Watch Wildfire Smoke from Alaska and Canada Envelop the Arctic

Here’s why that’s bad

Alaska Fire
A helicopter drops approximately gallons of water from a “Bambi Bucket” on to the Stetson Creek Fire near Cooper Landing, Alaska, June 17, 2015. The Alaska National Guard/Flickr CC BY 2.0

Since June, wildfire season in Alaska and western Canada has been off to a roaring start. This year alone, 708 separate fires have burned 4,758,317.9 acres of Alaska — some started by humans, others by lightning, according to the Alaska Interagency Coordination Center.

But, it’s not just the land and wildlife in these areas that are at risk, Kiona Smith-Strickland reports for Gizmodo. In a mere two weeks, smoke from fires in Alaska and Canada has curled around the Arctic Circle, as a new animation from NASA shows, and that could complicate the area’s climate issues.

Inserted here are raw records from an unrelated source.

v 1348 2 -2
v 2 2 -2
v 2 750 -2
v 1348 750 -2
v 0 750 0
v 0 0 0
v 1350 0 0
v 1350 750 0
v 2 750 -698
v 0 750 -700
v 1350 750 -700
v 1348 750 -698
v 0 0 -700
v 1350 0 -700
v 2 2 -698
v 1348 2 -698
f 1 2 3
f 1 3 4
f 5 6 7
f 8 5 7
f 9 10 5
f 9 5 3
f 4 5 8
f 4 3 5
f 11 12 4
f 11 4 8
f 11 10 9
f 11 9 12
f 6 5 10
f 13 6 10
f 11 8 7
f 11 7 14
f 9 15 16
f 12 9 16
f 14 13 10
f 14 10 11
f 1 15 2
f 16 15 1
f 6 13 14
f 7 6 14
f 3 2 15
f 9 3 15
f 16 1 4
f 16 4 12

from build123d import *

# Parameters (mm, degrees)
MASTER_FOOTPRINT_W    = 1350
MASTER_FOOTPRINT_H    = 700
BATH_BASE_PLATE_DEPTH = 750
BATH_SHELL_2MM_T      = -2


with BuildPart() as part:
    # MASTER_FOOTPRINT → BATH_BASE_PLATE (new body)
    with BuildSketch(Plane(origin=(0, 0, 0), x_dir=(1, 0, 0), z_dir=(0, 1, 0))):
        with Locations((675, 350)):
            Rectangle(MASTER_FOOTPRINT_W, MASTER_FOOTPRINT_H)
    extrude(amount=BATH_BASE_PLATE_DEPTH)

    # BATH_SHELL_2MM
    bath_shell_2mm_openings = [part.faces().sort_by_distance(p)[0] for p in [
        (675, 750, -350),
    ]]
    offset(amount=BATH_SHELL_2MM_T, openings=bath_shell_2mm_openings, kind=Kind.INTERSECTION)


solid = part.part
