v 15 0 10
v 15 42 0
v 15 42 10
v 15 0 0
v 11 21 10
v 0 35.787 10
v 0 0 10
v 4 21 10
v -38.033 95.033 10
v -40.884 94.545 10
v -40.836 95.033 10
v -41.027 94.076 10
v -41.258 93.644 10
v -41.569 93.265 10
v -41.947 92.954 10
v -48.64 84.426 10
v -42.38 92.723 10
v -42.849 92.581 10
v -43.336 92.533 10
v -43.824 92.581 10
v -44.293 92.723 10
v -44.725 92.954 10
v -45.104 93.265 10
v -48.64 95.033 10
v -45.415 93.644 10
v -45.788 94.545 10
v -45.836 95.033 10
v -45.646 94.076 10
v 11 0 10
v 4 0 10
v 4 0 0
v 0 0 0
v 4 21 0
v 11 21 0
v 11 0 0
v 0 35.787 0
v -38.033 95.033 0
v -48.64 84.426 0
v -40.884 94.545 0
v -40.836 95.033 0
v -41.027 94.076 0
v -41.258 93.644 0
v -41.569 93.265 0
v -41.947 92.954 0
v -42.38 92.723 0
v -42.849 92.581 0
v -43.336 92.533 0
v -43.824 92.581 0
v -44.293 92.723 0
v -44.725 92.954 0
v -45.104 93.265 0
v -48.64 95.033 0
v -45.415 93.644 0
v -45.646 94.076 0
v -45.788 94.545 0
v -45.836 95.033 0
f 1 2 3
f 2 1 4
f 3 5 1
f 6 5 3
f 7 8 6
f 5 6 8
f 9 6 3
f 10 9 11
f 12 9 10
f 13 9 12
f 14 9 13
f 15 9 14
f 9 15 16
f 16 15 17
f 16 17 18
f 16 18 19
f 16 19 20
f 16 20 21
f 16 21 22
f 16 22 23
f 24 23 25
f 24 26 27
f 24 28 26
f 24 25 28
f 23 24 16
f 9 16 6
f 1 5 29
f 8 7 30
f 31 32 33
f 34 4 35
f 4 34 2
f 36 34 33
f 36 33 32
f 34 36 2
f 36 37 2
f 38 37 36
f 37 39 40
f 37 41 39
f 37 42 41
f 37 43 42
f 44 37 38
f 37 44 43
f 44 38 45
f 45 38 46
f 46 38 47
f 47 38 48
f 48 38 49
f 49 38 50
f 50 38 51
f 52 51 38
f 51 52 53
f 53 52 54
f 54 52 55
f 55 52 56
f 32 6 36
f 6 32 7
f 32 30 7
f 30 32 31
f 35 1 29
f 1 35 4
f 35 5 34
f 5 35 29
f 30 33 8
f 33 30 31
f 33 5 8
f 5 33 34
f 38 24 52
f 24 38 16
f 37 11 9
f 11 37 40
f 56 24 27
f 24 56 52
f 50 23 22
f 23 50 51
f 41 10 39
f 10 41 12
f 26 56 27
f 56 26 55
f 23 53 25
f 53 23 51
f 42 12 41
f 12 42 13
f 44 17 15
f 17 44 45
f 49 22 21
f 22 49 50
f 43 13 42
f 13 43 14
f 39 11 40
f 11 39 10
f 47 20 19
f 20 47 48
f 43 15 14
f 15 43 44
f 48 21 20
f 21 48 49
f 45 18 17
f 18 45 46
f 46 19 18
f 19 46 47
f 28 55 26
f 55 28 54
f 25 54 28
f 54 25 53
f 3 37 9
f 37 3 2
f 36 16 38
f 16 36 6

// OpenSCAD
$fn = 31+1;

// Customizable spool holder

// preview[view:south, tilt:top]

// thickness of your frame (in mm)
thickness = 7;
depth = thickness + 8;
center = depth/2;

// width of the holder (in mm)
width = 10;

// lenth of the holder clip (in mm)
frame = 21;

// diameter of your spool (in mm)
diameter = 150;
spool = diameter/2;
rectangle = frame*2;

// size of the rod that hold your spool (in mm)
rod = 5;
x = depth-cos(45)*depth;

rotate (0, 0, 0){
    difference () {
        cube ([depth, rectangle, width]);
        translate([center-thickness/2,-1,-0.5]){
            cube ([thickness, frame+1, width+1]);
        }}
    translate ([depth, rectangle, 0]){
        rotate ([0, 0, 135]){
            cube ([spool, depth, width]);
            }
        }
    difference (){
        translate ([-cos(45)*spool+x, rectangle-cos(45)*depth+cos(45)*spool, 0]){
            cube ([cos(45)*depth, cos(45)*depth, width]);
        }
        translate ([-cos(45)*spool+x+cos(45)*depth/2, rectangle-cos(45)*depth+cos(45)*spool+cos(45)*depth, -0.5]){
            cylinder (width+1, d = rod);
        }
        }}
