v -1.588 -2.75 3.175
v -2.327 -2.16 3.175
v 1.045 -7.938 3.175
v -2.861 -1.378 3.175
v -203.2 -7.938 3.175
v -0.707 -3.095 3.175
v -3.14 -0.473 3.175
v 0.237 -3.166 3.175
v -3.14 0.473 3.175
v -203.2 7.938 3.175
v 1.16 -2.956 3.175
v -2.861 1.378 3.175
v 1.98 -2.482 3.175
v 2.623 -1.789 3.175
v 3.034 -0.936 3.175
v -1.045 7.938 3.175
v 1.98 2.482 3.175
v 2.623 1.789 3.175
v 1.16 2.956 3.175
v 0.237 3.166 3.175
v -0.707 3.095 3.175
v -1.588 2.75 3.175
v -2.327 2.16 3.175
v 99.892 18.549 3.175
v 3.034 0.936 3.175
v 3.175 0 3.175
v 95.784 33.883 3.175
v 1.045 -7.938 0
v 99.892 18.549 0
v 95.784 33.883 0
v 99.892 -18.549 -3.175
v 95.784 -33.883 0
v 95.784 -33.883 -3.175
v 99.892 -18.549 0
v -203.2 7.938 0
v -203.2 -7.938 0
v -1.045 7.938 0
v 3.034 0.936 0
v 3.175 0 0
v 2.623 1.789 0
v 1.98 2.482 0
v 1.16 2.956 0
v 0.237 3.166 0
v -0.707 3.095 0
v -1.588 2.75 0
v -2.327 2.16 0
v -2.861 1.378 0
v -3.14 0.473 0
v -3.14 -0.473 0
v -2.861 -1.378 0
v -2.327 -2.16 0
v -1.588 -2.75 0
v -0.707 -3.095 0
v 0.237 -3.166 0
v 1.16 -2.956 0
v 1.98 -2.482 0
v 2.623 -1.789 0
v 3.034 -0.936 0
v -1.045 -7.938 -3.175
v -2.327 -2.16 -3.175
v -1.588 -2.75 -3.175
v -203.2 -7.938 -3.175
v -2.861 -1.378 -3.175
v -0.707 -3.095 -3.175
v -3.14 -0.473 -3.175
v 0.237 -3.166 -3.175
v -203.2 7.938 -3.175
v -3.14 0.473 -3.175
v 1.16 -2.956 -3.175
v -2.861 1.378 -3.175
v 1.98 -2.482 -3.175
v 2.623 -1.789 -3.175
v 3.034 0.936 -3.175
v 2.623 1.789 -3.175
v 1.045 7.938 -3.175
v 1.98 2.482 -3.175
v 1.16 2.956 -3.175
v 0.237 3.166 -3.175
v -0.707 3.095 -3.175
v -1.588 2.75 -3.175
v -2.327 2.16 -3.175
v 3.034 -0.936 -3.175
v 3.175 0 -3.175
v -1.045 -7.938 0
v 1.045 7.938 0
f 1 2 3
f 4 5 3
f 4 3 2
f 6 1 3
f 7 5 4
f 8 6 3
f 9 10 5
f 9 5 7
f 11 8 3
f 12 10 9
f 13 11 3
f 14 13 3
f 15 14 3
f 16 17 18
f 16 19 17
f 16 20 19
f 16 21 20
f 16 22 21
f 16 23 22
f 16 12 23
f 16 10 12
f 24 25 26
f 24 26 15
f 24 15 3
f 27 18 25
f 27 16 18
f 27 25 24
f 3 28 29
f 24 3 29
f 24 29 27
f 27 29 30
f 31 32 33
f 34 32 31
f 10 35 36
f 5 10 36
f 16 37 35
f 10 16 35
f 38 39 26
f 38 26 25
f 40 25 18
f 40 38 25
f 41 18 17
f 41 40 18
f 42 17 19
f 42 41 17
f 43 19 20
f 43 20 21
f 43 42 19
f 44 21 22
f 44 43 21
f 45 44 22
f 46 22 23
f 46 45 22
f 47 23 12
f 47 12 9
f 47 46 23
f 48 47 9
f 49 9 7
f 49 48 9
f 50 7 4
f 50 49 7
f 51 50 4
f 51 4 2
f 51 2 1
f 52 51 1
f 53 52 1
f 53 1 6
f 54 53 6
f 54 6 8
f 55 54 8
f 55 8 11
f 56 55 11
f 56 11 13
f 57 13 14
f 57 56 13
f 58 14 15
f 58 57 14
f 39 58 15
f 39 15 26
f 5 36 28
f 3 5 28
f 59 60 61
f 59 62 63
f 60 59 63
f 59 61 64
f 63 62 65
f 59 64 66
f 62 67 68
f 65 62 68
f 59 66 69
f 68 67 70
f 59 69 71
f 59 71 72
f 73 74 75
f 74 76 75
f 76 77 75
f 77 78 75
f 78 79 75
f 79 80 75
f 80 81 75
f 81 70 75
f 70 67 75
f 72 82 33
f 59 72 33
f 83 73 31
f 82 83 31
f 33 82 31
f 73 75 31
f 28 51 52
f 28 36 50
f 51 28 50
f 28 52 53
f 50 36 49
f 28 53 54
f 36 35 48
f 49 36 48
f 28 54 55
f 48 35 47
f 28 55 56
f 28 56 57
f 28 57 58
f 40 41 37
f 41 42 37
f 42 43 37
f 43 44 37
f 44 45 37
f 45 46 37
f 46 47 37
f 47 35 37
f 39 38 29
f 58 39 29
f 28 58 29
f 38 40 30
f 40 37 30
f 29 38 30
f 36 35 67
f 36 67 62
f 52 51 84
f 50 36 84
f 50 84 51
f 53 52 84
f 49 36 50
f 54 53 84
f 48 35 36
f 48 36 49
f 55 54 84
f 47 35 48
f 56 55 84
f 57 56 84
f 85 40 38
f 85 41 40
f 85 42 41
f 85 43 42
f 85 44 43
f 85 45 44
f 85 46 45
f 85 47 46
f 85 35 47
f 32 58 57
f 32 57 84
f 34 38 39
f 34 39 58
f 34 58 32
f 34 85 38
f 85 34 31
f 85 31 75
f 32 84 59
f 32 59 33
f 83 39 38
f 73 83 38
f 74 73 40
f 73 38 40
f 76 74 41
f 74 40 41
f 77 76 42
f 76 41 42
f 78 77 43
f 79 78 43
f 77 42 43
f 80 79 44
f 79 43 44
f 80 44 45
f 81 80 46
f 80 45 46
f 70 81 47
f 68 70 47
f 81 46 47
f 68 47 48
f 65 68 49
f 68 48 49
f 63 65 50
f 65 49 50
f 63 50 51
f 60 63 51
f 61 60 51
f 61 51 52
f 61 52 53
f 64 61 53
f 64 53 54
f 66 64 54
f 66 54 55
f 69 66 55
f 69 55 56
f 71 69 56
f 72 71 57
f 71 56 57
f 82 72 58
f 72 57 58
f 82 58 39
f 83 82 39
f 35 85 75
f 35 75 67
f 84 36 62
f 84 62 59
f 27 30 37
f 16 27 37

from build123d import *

# Parameters (mm, degrees)
F0_R     = 3.175
F1_DEPTH = 3.175
F2_DEPTH = 3.175


with BuildPart() as f1:
    # F0 (on Top) → F1 (new body)
    with BuildSketch(Plane.XY):
        Polygon((-203.2, 7.9375), (-203.2, -7.9375), (-1.0449916996, -7.9375), (1.0449916996, -7.9375), (30.6681449847, 0), (1.0449916996, 7.9375), (-1.0449916996, 7.9375), align=None)
        Circle(F0_R, mode=Mode.SUBTRACT)
        Polygon((95.7837357862, 33.8826793339), (-1.0449916996, 7.9375), (1.0449916996, 7.9375), (30.6681449847, 0), (99.8924881272, 18.5486068416), align=None)
    extrude(amount=F1_DEPTH)


with BuildPart() as f2:
    # F0 (on Top) → F2 (new body)
    with BuildSketch(Plane.XY):
        Polygon((1.0449916996, -7.9375), (-1.0449916996, -7.9375), (95.7837357862, -33.8826793339), (99.8924881272, -18.5486068416), (30.6681449847, 0), align=None)
        Polygon((-203.2, 7.9375), (-203.2, -7.9375), (-1.0449916996, -7.9375), (1.0449916996, -7.9375), (30.6681449847, 0), (1.0449916996, 7.9375), (-1.0449916996, 7.9375), align=None)
        Circle(F0_R, mode=Mode.SUBTRACT)
    extrude(amount=-F2_DEPTH)


solid = Compound([f1.part, f2.part])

As their animation shows, a series of fires in Alaska in beginning in July sent smoke west over the Russian Arctic. Simultaneously, smoke from Canadian wildfires blew east over North America and then across the Atlantic Ocean. From opposite angles, the two smoke plumes hit Greenland by July 14, Smith-Strickland writes.

Wildfire Smoke Gif
NASA's animated map follows the smoke from July 1, 2015, to July 14, 2015. Higher aerosol concentrations appear in reddish brown; lower aerosol concentrations have a more yellowish hue. Gray areas indicate lapses in data. NASA

Gases and aerosols — tiny solid or liquid particles suspended in air — make up wildfire smoke plumes. Specialized cameras on satellites can track the movement of aerosols from above, and scientists used that data to create the animation. Higher aerosol concentrations appear in reddish brown.

As these plumes travelled, they mainly passed over lower level clouds, Hiren Jevtha, an atmospheric scientist at NASA’s Goddard Space Flight Center, explained in a statement. Aerosols influence cloud formation, atmospheric cooling and heating. Over lower clouds, aerosols can have a warming effect, sending the atmosphere into flux.

For the Arctic, that’s not good, Jevtha said. “For the present event, all of these physical processes would likely influence the radiation balance over the Arctic region, which is experiencing climate change at a faster rate than any other region of the globe.”